YOUR ASSIGNMENT: Using the material that follows, output exactly the lines from the one containing "line L5 (-87, 168.5) -> (-87, 173.5)" through the one containing "FreeCAD Python script", with both ends kept.

PROVIDED INFORMATION:
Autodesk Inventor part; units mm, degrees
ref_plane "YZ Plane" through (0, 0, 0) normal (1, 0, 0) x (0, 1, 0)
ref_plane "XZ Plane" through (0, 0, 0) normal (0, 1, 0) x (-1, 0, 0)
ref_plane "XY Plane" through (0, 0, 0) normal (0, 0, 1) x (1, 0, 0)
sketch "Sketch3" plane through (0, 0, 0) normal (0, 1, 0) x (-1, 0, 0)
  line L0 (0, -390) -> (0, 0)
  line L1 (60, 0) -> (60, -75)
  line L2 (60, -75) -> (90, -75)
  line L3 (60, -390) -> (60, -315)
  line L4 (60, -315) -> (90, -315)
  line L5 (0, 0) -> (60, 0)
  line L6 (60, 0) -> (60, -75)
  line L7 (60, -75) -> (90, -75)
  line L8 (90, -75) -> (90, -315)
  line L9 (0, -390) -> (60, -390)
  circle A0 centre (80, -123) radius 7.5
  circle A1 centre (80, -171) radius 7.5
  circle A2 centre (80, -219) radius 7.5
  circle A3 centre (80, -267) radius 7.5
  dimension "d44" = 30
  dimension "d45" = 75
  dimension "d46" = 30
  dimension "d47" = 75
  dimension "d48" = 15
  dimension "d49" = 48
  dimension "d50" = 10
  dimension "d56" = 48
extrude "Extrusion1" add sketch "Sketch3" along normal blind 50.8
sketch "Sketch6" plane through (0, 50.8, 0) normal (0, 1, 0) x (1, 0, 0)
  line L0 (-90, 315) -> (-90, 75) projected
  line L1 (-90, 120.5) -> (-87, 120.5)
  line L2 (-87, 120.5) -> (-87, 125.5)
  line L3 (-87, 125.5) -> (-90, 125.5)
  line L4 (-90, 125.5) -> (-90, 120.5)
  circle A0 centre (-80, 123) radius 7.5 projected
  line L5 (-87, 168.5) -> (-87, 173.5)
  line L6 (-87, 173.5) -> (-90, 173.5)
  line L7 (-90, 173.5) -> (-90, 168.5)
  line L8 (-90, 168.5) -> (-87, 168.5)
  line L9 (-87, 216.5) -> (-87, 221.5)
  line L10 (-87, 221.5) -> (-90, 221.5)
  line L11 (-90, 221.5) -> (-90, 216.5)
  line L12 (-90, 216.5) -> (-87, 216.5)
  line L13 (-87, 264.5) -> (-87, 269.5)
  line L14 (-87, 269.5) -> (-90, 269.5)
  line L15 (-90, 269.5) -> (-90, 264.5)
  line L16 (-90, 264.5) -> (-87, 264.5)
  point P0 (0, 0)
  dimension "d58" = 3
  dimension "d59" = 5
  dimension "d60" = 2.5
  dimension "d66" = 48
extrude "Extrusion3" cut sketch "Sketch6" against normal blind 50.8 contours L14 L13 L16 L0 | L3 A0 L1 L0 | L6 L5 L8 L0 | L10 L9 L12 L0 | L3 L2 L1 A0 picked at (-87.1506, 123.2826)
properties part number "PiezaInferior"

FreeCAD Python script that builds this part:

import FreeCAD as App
import Part
import Sketcher

V = App.Vector

doc = App.newDocument("Part")
params = doc.addObject("Spreadsheet::Sheet", "Params")
for row, (alias, value) in enumerate([
    ("sketch1_diameter", "15 mm"),
    ("sketch1_width", "30 mm"),
    ("sketch1_height", "75 mm"),
    ("sketch1_width2", "60 mm"),
    ("pad1_length", "50.8 mm"),
    ("sketch2_width", "3 mm"),
    ("sketch2_height", "5 mm"),
    ("pocket1_length", "50.8 mm"),
], start=1):
    params.set(f"A{row}", alias)
    params.set(f"B{row}", "=" + value)
    params.setAlias(f"B{row}", alias)

body = doc.addObject("PartDesign::Body", "Body")

sketch1 = body.newObject("Sketcher::SketchObject", "Sketch")
sketch1.AttachmentSupport = (doc.getObject("XZ_Plane"), [""])
sketch1.MapMode = "FlatFace"
sketch1.addGeometry(Part.LineSegment(V(0, 0, 0), V(0, -390, 0)), False)
sketch1.addGeometry(Part.LineSegment(V(0, -390, 0), V(-60, -390, 0)), False)
sketch1.addGeometry(Part.LineSegment(V(-60, -390, 0), V(-60, -315, 0)), False)
sketch1.addGeometry(Part.LineSegment(V(-60, -315, 0), V(-90, -315, 0)), False)
sketch1.addGeometry(Part.LineSegment(V(-90, -315, 0), V(-90, -75, 0)), False)
sketch1.addGeometry(Part.LineSegment(V(-90, -75, 0), V(-60, -75, 0)), False)
sketch1.addGeometry(Part.LineSegment(V(-60, -75, 0), V(-60, 0, 0)), False)
sketch1.addGeometry(Part.LineSegment(V(-60, 0, 0), V(0, 0, 0)), False)
sketch1.addGeometry(Part.Circle(V(-80, -267, 0), V(0, 0, 1), 8), False)
sketch1.addGeometry(Part.Circle(V(-80, -219, 0), V(0, 0, 1), 8), False)
sketch1.addGeometry(Part.Circle(V(-80, -171, 0), V(0, 0, 1), 8), False)
sketch1.addGeometry(Part.Circle(V(-80, -123, 0), V(0, 0, 1), 8), False)
sketch1.addConstraint(Sketcher.Constraint("Coincident", 0, 2, 1, 1))
sketch1.addConstraint(Sketcher.Constraint("Coincident", 1, 2, 2, 1))
sketch1.addConstraint(Sketcher.Constraint("Coincident", 2, 2, 3, 1))
sketch1.addConstraint(Sketcher.Constraint("Coincident", 3, 2, 4, 1))
sketch1.addConstraint(Sketcher.Constraint("Coincident", 4, 2, 5, 1))
sketch1.addConstraint(Sketcher.Constraint("Coincident", 5, 2, 6, 1))
sketch1.addConstraint(Sketcher.Constraint("Coincident", 6, 2, 7, 1))
sketch1.addConstraint(Sketcher.Constraint("Coincident", 7, 2, 0, 1))
sketch1.addConstraint(Sketcher.Constraint("Vertical", 0))
sketch1.addConstraint(Sketcher.Constraint("Horizontal", 1))
sketch1.addConstraint(Sketcher.Constraint("Vertical", 2))
sketch1.addConstraint(Sketcher.Constraint("Horizontal", 3))
sketch1.addConstraint(Sketcher.Constraint("Vertical", 4))
sketch1.addConstraint(Sketcher.Constraint("Horizontal", 5))
sketch1.addConstraint(Sketcher.Constraint("Vertical", 6))
sketch1.addConstraint(Sketcher.Constraint("Horizontal", 7))
sketch1.addConstraint(Sketcher.Constraint("Coincident", 7, 2, -1, 1))
sketch1.addConstraint(Sketcher.Constraint("Equal", 8, 9))
sketch1.addConstraint(Sketcher.Constraint("Equal", 9, 10))
sketch1.addConstraint(Sketcher.Constraint("Equal", 10, 11))
sketch1.addConstraint(Sketcher.Constraint("Vertical", 8, 3, 9, 3))
sketch1.addConstraint(Sketcher.Constraint("Vertical", 9, 3, 10, 3))
sketch1.addConstraint(Sketcher.Constraint("Vertical", 10, 3, 11, 3))
sketch1.addConstraint(Sketcher.Constraint("Vertical", 2, 2, 5, 2))
sketch1.addConstraint(Sketcher.Constraint("Equal", 2, 6))
sketch1.addConstraint(Sketcher.Constraint("Diameter", 8, 15.0))
sketch1.addConstraint(Sketcher.Constraint("DistanceX", 3, 2, 3, 1, 30.0))
sketch1.addConstraint(Sketcher.Constraint("DistanceY", 2, 1, 2, 2, 75.0))
sketch1.addConstraint(Sketcher.Constraint("DistanceY", 8, 3, 9, 3, 48.0))
sketch1.addConstraint(Sketcher.Constraint("DistanceY", 9, 3, 10, 3, 48.0))
sketch1.addConstraint(Sketcher.Constraint("DistanceY", 10, 3, 11, 3, 48.0))
sketch1.addConstraint(Sketcher.Constraint("DistanceY", 2, 2, 8, 3, 48.0))
sketch1.addConstraint(Sketcher.Constraint("DistanceX", 3, 2, 8, 3, 10.0))
sketch1.addConstraint(Sketcher.Constraint("DistanceY", 11, 3, 4, 2, 48.0))
sketch1.addConstraint(Sketcher.Constraint("DistanceX", 1, 2, 1, 1, 60.0))
sketch1.setExpression("Constraints[25]", "Params.sketch1_diameter")
sketch1.setExpression("Constraints[26]", "Params.sketch1_width")
sketch1.setExpression("Constraints[27]", "Params.sketch1_height")
sketch1.setExpression("Constraints[34]", "Params.sketch1_width2")
pad1 = body.newObject("PartDesign::Pad", "Pad")
pad1.Profile = sketch1
pad1.setExpression("Length", "Params.pad1_length")
pad1.Reversed = True

sketch2 = body.newObject("Sketcher::SketchObject", "Sketch001")
sketch2.AttachmentSupport = (doc.getObject("XZ_Plane"), [""])
sketch2.MapMode = "FlatFace"
sketch2.AttachmentOffset = App.Placement(V(0, 0, -50.8), App.Rotation())
sketch2.addGeometry(Part.LineSegment(V(-87, -269.5, 0), V(-90, -269.5, 0)), False)
sketch2.addGeometry(Part.LineSegment(V(-90, -269.5, 0), V(-90, -264.5, 0)), False)
sketch2.addGeometry(Part.LineSegment(V(-90, -264.5, 0), V(-87, -264.5, 0)), False)
sketch2.addGeometry(Part.LineSegment(V(-87, -264.5, 0), V(-87, -269.5, 0)), False)
sketch2.addGeometry(Part.LineSegment(V(-90, -125.5, 0), V(-90, -120.5, 0)), False)
sketch2.addGeometry(Part.LineSegment(V(-90, -120.5, 0), V(-87, -120.5, 0)), False)
sketch2.addGeometry(Part.LineSegment(V(-87, -120.5, 0), V(-87, -125.5, 0)), False)
sketch2.addGeometry(Part.LineSegment(V(-87, -125.5, 0), V(-90, -125.5, 0)), False)
sketch2.addGeometry(Part.LineSegment(V(-87, -173.5, 0), V(-90, -173.5, 0)), False)
sketch2.addGeometry(Part.LineSegment(V(-90, -173.5, 0), V(-90, -168.5, 0)), False)
sketch2.addGeometry(Part.LineSegment(V(-90, -168.5, 0), V(-87, -168.5, 0)), False)
sketch2.addGeometry(Part.LineSegment(V(-87, -168.5, 0), V(-87, -173.5, 0)), False)
sketch2.addGeometry(Part.LineSegment(V(-87, -221.5, 0), V(-90, -221.5, 0)), False)
sketch2.addGeometry(Part.LineSegment(V(-90, -221.5, 0), V(-90, -216.5, 0)), False)
sketch2.addGeometry(Part.LineSegment(V(-90, -216.5, 0), V(-87, -216.5, 0)), False)
sketch2.addGeometry(Part.LineSegment(V(-87, -216.5, 0), V(-87, -221.5, 0)), False)
sketch2.addConstraint(Sketcher.Constraint("Coincident", 0, 2, 1, 1))
sketch2.addConstraint(Sketcher.Constraint("Coincident", 1, 2, 2, 1))
sketch2.addConstraint(Sketcher.Constraint("Coincident", 2, 2, 3, 1))
sketch2.addConstraint(Sketcher.Constraint("Coincident", 3, 2, 0, 1))
sketch2.addConstraint(Sketcher.Constraint("Coincident", 4, 2, 5, 1))
sketch2.addConstraint(Sketcher.Constraint("Coincident", 5, 2, 6, 1))
sketch2.addConstraint(Sketcher.Constraint("Coincident", 6, 2, 7, 1))
sketch2.addConstraint(Sketcher.Constraint("Coincident", 7, 2, 4, 1))
sketch2.addConstraint(Sketcher.Constraint("Coincident", 8, 2, 9, 1))
sketch2.addConstraint(Sketcher.Constraint("Coincident", 9, 2, 10, 1))
sketch2.addConstraint(Sketcher.Constraint("Coincident", 10, 2, 11, 1))
sketch2.addConstraint(Sketcher.Constraint("Coincident", 11, 2, 8, 1))
sketch2.addConstraint(Sketcher.Constraint("Coincident", 12, 2, 13, 1))
sketch2.addConstraint(Sketcher.Constraint("Coincident", 13, 2, 14, 1))
sketch2.addConstraint(Sketcher.Constraint("Coincident", 14, 2, 15, 1))
sketch2.addConstraint(Sketcher.Constraint("Coincident", 15, 2, 12, 1))
sketch2.addConstraint(Sketcher.Constraint("Horizontal", 0))
sketch2.addConstraint(Sketcher.Constraint("Vertical", 1))
sketch2.addConstraint(Sketcher.Constraint("Horizontal", 2))
sketch2.addConstraint(Sketcher.Constraint("Vertical", 3))
sketch2.addConstraint(Sketcher.Constraint("Vertical", 4))
sketch2.addConstraint(Sketcher.Constraint("Horizontal", 5))
sketch2.addConstraint(Sketcher.Constraint("Vertical", 6))
sketch2.addConstraint(Sketcher.Constraint("Horizontal", 7))
sketch2.addConstraint(Sketcher.Constraint("Horizontal", 8))
sketch2.addConstraint(Sketcher.Constraint("Vertical", 9))
sketch2.addConstraint(Sketcher.Constraint("Horizontal", 10))
sketch2.addConstraint(Sketcher.Constraint("Vertical", 11))
sketch2.addConstraint(Sketcher.Constraint("Horizontal", 12))
sketch2.addConstraint(Sketcher.Constraint("Vertical", 13))
sketch2.addConstraint(Sketcher.Constraint("Horizontal", 14))
sketch2.addConstraint(Sketcher.Constraint("Vertical", 15))
sketch2.addConstraint(Sketcher.Constraint("Vertical", 1, 2, 4, 2))
sketch2.addConstraint(Sketcher.Constraint("Vertical", 3, 2, 5, 2))
sketch2.addConstraint(Sketcher.Constraint("Vertical", 7, 2, 8, 2))
sketch2.addConstraint(Sketcher.Constraint("Vertical", 6, 2, 10, 2))
sketch2.addConstraint(Sketcher.Constraint("Vertical", 9, 2, 12, 2))
sketch2.addConstraint(Sketcher.Constraint("Vertical", 11, 2, 14, 2))
sketch2.addConstraint(Sketcher.Constraint("Equal", 3, 4))
sketch2.addConstraint(Sketcher.Constraint("Equal", 6, 9))
sketch2.addConstraint(Sketcher.Constraint("Equal", 11, 13))
sketch2.addConstraint(Sketcher.Constraint("DistanceX", 0, 2, 0, 1, 3.0))
sketch2.addConstraint(Sketcher.Constraint("DistanceY", 1, 1, 1, 2, 5.0))
sketch2.addConstraint(Sketcher.Constraint("DistanceY", 8, 2, 7, 2, 48.0))
sketch2.addConstraint(Sketcher.Constraint("DistanceY", 0, 2, 12, 2, 48.0))
sketch2.addConstraint(Sketcher.Constraint("DistanceY", 12, 2, 8, 2, 48.0))
sketch2.addConstraint(Sketcher.Constraint("DistanceX", 0, 2, -1, 1, 90.0))
sketch2.addConstraint(Sketcher.Constraint("DistanceY", 0, 2, -1, 1, 269.5))
sketch2.setExpression("Constraints[41]", "Params.sketch2_width")
sketch2.setExpression("Constraints[42]", "Params.sketch2_height")
pocket1 = body.newObject("PartDesign::Pocket", "Pocket")
pocket1.Profile = sketch2
pocket1.setExpression("Length", "Params.pocket1_length")
pocket1.Reversed = True

doc.recompute()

WRITTEN RESPONSE:
  line L5 (-87, 168.5) -> (-87, 173.5)
  line L6 (-87, 173.5) -> (-90, 173.5)
  line L7 (-90, 173.5) -> (-90, 168.5)
  line L8 (-90, 168.5) -> (-87, 168.5)
  line L9 (-87, 216.5) -> (-87, 221.5)
  line L10 (-87, 221.5) -> (-90, 221.5)
  line L11 (-90, 221.5) -> (-90, 216.5)
  line L12 (-90, 216.5) -> (-87, 216.5)
  line L13 (-87, 264.5) -> (-87, 269.5)
  line L14 (-87, 269.5) -> (-90, 269.5)
  line L15 (-90, 269.5) -> (-90, 264.5)
  line L16 (-90, 264.5) -> (-87, 264.5)
  point P0 (0, 0)
  dimension "d58" = 3
  dimension "d59" = 5
  dimension "d60" = 2.5
  dimension "d66" = 48
extrude "Extrusion3" cut sketch "Sketch6" against normal blind 50.8 contours L14 L13 L16 L0 | L3 A0 L1 L0 | L6 L5 L8 L0 | L10 L9 L12 L0 | L3 L2 L1 A0 picked at (-87.1506, 123.2826)
properties part number "PiezaInferior"

FreeCAD Python script that builds this part:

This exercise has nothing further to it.